The 4xForecaster conviction scale (1–4 dots) implements this regime conditioning explicitly. A maximum 4-dot conviction is only possible in a Calm regime. In Caution, conviction is capped at 3. In Stress, no directional bias is presented at maximum conviction — the framework acknowledges the reduced reliability of all fundamental inputs.
Cross-Asset Confirmation as the Final Gate
Before any directional bias is presented at full conviction, cross-asset confirmation is checked. Sector rotation (XLU/SPY, XLE, XLF relative performance) must be consistent with the macro FX thesis. When cross-asset signals align with the fundamental chain, conviction is maintained. When they contradict — defensive rotation while rate differentials favor the dollar, for example — conviction is reduced until the discrepancy resolves.
This cross-asset gate is what distinguishes a systematic macro framework from a simple rate-differential model. The framework is never fully committed to any single signal; it continuously integrates multiple independent information sources and adjusts conviction accordingly.
References
- Engel, C., & Wu, S. (2023). "Forecasting the US Dollar in the 21st Century." Journal of International Economics, 141, 103709.

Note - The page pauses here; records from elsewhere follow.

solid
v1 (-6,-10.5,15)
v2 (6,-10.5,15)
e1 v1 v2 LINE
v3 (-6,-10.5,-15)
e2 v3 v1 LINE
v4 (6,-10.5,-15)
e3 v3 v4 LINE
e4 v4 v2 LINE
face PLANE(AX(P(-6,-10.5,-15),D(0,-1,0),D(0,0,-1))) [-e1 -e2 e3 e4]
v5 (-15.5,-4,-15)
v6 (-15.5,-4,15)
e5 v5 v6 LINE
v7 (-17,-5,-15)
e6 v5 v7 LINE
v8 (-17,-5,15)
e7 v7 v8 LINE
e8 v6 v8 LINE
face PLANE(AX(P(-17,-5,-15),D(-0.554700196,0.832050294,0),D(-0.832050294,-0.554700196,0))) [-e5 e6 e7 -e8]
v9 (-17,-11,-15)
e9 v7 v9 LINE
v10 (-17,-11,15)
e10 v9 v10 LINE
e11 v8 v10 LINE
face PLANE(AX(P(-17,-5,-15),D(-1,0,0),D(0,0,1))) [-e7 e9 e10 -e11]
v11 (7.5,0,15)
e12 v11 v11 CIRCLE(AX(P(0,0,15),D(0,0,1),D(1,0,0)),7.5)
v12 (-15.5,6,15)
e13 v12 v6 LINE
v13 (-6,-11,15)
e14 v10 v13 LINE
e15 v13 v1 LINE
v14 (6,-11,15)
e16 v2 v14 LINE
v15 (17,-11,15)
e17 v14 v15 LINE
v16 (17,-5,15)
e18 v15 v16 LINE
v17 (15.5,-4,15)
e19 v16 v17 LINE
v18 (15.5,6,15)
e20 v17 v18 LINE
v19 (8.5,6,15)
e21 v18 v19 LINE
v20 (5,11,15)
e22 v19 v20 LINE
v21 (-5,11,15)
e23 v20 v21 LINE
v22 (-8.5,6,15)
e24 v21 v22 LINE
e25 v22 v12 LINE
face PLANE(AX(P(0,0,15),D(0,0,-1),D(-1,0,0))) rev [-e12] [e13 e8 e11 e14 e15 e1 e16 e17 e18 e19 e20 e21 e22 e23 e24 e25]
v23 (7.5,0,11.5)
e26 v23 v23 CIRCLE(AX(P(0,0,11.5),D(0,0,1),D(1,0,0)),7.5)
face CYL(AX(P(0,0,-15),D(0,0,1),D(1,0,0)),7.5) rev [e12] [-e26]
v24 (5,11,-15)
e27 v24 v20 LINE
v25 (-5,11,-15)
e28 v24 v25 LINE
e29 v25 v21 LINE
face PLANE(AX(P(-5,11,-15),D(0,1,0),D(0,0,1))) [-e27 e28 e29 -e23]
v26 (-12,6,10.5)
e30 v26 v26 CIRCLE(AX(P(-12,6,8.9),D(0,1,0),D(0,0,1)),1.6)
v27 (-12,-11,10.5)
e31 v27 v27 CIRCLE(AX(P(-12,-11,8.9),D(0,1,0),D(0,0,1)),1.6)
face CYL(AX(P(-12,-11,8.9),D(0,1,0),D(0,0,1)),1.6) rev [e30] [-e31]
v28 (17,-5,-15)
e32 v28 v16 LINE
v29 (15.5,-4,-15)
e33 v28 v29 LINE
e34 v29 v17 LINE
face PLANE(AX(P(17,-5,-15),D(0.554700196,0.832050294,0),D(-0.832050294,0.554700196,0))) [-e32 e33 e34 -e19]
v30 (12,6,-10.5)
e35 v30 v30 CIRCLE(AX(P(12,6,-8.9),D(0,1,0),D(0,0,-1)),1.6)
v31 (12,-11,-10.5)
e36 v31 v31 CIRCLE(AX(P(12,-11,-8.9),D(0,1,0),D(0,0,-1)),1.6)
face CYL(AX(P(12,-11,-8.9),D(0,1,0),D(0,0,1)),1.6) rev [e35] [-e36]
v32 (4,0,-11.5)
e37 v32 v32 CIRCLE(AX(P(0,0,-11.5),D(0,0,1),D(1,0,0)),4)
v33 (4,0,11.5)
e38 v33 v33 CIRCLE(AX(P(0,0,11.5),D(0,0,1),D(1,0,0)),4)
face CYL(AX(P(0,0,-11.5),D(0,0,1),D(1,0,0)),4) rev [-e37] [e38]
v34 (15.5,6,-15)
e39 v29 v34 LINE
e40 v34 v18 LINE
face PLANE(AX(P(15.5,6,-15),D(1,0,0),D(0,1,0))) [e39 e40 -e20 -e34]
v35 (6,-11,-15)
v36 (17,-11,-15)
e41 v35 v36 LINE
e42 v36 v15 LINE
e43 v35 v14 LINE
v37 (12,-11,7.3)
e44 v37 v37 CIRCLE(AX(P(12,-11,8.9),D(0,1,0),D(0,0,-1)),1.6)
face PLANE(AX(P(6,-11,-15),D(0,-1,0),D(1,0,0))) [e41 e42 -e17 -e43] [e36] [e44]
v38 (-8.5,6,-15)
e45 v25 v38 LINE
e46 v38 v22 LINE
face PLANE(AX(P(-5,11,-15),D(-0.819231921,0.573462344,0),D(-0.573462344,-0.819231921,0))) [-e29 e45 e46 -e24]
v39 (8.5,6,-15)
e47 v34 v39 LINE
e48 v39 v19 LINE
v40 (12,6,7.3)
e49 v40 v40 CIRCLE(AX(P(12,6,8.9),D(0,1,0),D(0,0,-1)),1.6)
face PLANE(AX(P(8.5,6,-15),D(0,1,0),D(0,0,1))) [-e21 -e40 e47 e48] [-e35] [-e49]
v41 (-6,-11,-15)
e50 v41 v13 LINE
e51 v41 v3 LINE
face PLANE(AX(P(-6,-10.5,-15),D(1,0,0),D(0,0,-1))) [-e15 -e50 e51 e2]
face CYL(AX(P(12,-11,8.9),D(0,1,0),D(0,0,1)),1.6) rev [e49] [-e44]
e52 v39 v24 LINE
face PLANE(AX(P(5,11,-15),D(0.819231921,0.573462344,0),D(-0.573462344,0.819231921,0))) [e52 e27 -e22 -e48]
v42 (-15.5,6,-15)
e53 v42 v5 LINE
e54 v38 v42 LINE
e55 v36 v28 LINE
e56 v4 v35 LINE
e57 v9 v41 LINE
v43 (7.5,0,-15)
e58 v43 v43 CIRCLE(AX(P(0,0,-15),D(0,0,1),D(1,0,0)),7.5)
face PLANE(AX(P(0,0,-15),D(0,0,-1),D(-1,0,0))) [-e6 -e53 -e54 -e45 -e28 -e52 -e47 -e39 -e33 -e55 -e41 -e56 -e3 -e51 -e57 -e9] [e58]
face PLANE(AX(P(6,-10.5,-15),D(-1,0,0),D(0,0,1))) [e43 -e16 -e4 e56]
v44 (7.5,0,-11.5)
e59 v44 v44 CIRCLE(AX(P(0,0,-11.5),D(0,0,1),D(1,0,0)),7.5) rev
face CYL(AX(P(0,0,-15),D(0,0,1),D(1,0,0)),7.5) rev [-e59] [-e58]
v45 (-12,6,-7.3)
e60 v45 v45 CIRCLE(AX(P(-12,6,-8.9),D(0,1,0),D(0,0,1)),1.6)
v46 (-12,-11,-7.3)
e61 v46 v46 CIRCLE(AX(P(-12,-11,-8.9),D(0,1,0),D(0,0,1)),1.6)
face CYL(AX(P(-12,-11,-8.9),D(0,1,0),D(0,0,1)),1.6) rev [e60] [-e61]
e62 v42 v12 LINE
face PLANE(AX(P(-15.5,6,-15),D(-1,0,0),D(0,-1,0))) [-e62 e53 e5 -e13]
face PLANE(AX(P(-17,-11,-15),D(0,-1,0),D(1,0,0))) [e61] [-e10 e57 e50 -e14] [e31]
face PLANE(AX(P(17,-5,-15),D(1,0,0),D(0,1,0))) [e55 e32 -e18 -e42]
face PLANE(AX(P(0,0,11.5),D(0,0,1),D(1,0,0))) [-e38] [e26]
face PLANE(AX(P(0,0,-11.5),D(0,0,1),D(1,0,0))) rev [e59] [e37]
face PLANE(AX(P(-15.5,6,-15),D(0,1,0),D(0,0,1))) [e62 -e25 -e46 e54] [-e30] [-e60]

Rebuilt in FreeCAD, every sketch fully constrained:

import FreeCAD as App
import Part
import Sketcher

V = App.Vector
Q = App.Units.Quantity


def add_polygon(sketch, points):
    """Adds a closed chain of lines whose ends are joined by coincident constraints."""
    first, n = sketch.GeometryCount, len(points)
    for a, b in zip(points, points[1:] + points[:1]):
        sketch.addGeometry(Part.LineSegment(App.Vector(*a, 0), App.Vector(*b, 0)), False)
    for i in range(n):
        sketch.addConstraint(Sketcher.Constraint("Coincident", first + i, 2, first + (i + 1) % n, 1))

doc = App.newDocument("Part")
params = doc.addObject("Spreadsheet::Sheet", "Params")
for row, (alias, value) in enumerate([
    ("sketch1_width", "7 mm"),
    ("sketch1_width2", "11 mm"),
    ("sketch1_width3", "12 mm"),
    ("sketch1_width4", "10 mm"),
    ("sketch1_height", "6 mm"),
    ("pad1_length", "15 mm"),
    ("pad1_length2", "15 mm"),
    ("sketch2_diameter", "15 mm"),
    ("sketch3_diameter", "15 mm"),
    ("sketch3_diameter2", "8 mm"),
    ("pad2_length", "11.5 mm"),
    ("pad2_length2", "11.5 mm"),
    ("sketch4_diameter", "3.2 mm"),
], start=1):
    params.set(f"A{row}", alias)
    params.set(f"B{row}", "=" + value)
    params.setAlias(f"B{row}", alias)

body = doc.addObject("PartDesign::Body", "Body")

sketch1 = body.newObject("Sketcher::SketchObject", "Sketch")
sketch1.AttachmentSupport = (doc.getObject("XY_Plane"), [""])
sketch1.MapMode = "FlatFace"
add_polygon(sketch1, [(-8.5, 6), (-15.5, 6), (-15.5, -4), (-17, -5), (-17, -11), (-6, -11), (-6, -10.5), (6, -10.5), (6, -11), (17, -11), (17, -5), (15.5, -4), (15.5, 6), (8.5, 6), (5, 11), (-5, 11)])
sketch1.addConstraint([
    Sketcher.Constraint("Horizontal", 0),
    Sketcher.Constraint("Vertical", 1),
    Sketcher.Constraint("Vertical", 3),
    Sketcher.Constraint("Horizontal", 4),
    Sketcher.Constraint("Vertical", 5),
    Sketcher.Constraint("Horizontal", 6),
    Sketcher.Constraint("Vertical", 7),
    Sketcher.Constraint("Horizontal", 8),
    Sketcher.Constraint("Vertical", 9),
    Sketcher.Constraint("Vertical", 11),
    Sketcher.Constraint("Horizontal", 12),
    Sketcher.Constraint("Horizontal", 14),
    Sketcher.Constraint("Symmetric", 4, 2, 7, 2, -2),
    Sketcher.Constraint("Symmetric", 2, 2, 9, 2, -2),
    Sketcher.Constraint("Symmetric", 1, 2, 10, 2, -2),
    Sketcher.Constraint("Symmetric", 12, 2, 15, 2, -2),
    Sketcher.Constraint("Equal", 14, 1),
    Sketcher.Constraint("Equal", 13, 15),
    Sketcher.Constraint("DistanceX", 0, 2, 0, 1, Q("7 mm")),
    Sketcher.Constraint("DistanceX", 4, 1, 4, 2, Q("11 mm")),
    Sketcher.Constraint("DistanceX", 6, 1, 6, 2, Q("12 mm")),
    Sketcher.Constraint("DistanceX", 14, 2, 14, 1, Q("10 mm")),
    Sketcher.Constraint("DistanceY", 3, 2, 3, 1, Q("6 mm")),
    Sketcher.Constraint("DistanceY", 5, 1, 5, 2, Q("0.5 mm")),
    Sketcher.Constraint("DistanceY", -1, 1, 0, 2, Q("6 mm")),
    Sketcher.Constraint("DistanceY", 2, 2, -1, 1, Q("5 mm")),
    Sketcher.Constraint("DistanceY", -1, 1, 13, 2, Q("11 mm")),
    Sketcher.Constraint("DistanceX", 0, 2, -1, 1, Q("15.5 mm")),
])
sketch1.setExpression("Constraints[34]", "Params.sketch1_width")
sketch1.setExpression("Constraints[35]", "Params.sketch1_width2")
sketch1.setExpression("Constraints[36]", "Params.sketch1_width3")
sketch1.setExpression("Constraints[37]", "Params.sketch1_width4")
sketch1.setExpression("Constraints[38]", "Params.sketch1_height")
pad1 = body.newObject("PartDesign::Pad", "Pad")
pad1.Profile = sketch1
pad1.Type = "TwoLengths"
pad1.setExpression("Length", "Params.pad1_length")
pad1.setExpression("Length2", "Params.pad1_length2")

sketch2 = body.newObject("Sketcher::SketchObject", "Sketch001")
sketch2.AttachmentSupport = (doc.getObject("XY_Plane"), [""])
sketch2.MapMode = "FlatFace"
sketch2.AttachmentOffset = App.Placement(V(0, 0, 15), App.Rotation())
sketch2.addGeometry(Part.Circle(V(0, 0, 0), V(0, 0, 1), 8), False)
sketch2.addConstraint([
    Sketcher.Constraint("Coincident", 0, 3, -1, 1),
    Sketcher.Constraint("Diameter", 0, Q("15 mm")),
])
sketch2.setExpression("Constraints[1]", "Params.sketch2_diameter")
pocket1 = body.newObject("PartDesign::Pocket", "Pocket")
pocket1.Profile = sketch2
pocket1.Type = "ThroughAll"

sketch3 = body.newObject("Sketcher::SketchObject", "Sketch002")
sketch3.AttachmentSupport = (doc.getObject("XY_Plane"), [""])
sketch3.MapMode = "FlatFace"
sketch3.addGeometry([
    Part.Circle(V(0, 0, 0), V(0, 0, 1), 7.5),
    Part.Circle(V(0, 0, 0), V(0, 0, 1), 4),
], False)
sketch3.addConstraint([
    Sketcher.Constraint("Coincident", 0, 3, -1, 1),
    Sketcher.Constraint("Coincident", 1, 3, -1, 1),
    Sketcher.Constraint("Diameter", 0, Q("15 mm")),
    Sketcher.Constraint("Diameter", 1, Q("8 mm")),
])
sketch3.setExpression("Constraints[2]", "Params.sketch3_diameter")
sketch3.setExpression("Constraints[3]", "Params.sketch3_diameter2")
pad2 = body.newObject("PartDesign::Pad", "Pad001")
pad2.Profile = sketch3
pad2.Type = "TwoLengths"
pad2.setExpression("Length", "Params.pad2_length")
pad2.setExpression("Length2", "Params.pad2_length2")

sketch4 = body.newObject("Sketcher::SketchObject", "Sketch003")
sketch4.AttachmentSupport = (doc.getObject("XZ_Plane"), [""])
sketch4.MapMode = "FlatFace"
sketch4.AttachmentOffset = App.Placement(V(0, 0, -6), App.Rotation())
sketch4.addGeometry([
    Part.Circle(V(-12, -8.9, 0), V(0, 0, 1), 1.6),
    Part.Circle(V(-12, 8.9, 0), V(0, 0, 1), 1.6),
    Part.Circle(V(12, 8.9, 0), V(0, 0, 1), 1.6),
    Part.Circle(V(12, -8.9, 0), V(0, 0, 1), 1.6),
], False)
sketch4.addConstraint([
    Sketcher.Constraint("Equal", 0, 1),
    Sketcher.Constraint("Equal", 1, 2),
    Sketcher.Constraint("Equal", 2, 3),
    Sketcher.Constraint("Symmetric", 0, 3, 2, 3, -1, 1),
    Sketcher.Constraint("Symmetric", 1, 3, 3, 3, -1, 1),
    Sketcher.Constraint("Symmetric", 1, 3, 2, 3, -2),
    Sketcher.Constraint("Diameter", 0, Q("3.2 mm")),
    Sketcher.Constraint("DistanceX", 0, 3, -1, 1, Q("12 mm")),
    Sketcher.Constraint("DistanceY", 0, 3, -1, 1, Q("8.9 mm")),
])
sketch4.setExpression("Constraints[6]", "Params.sketch4_diameter")
pocket2 = body.newObject("PartDesign::Pocket", "Pocket001")
pocket2.Profile = sketch4
pocket2.Type = "ThroughAll"
pocket2.Reversed = True

doc.recompute()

- Meese, R., & Rogoff, K. (1983). "Empirical exchange rate models of the seventies: Do they fit out of sample?" Journal of International Economics, 14(1–2), 3–24.
- Engel, C., Mark, N., & West, K. D. (2008). "Exchange rate models are not as bad as you think." NBER Macroeconomics Annual, 22, 381–441.
- Lustig, H., Roussanov, N., & Verdelhan, A. (2011). "Common risk factors in currency markets." Review of Financial Studies, 24(11), 3731–3777.
- Rossi, B. (2013). "Exchange rate predictability." Journal of Economic Literature, 51(4), 1063–1119.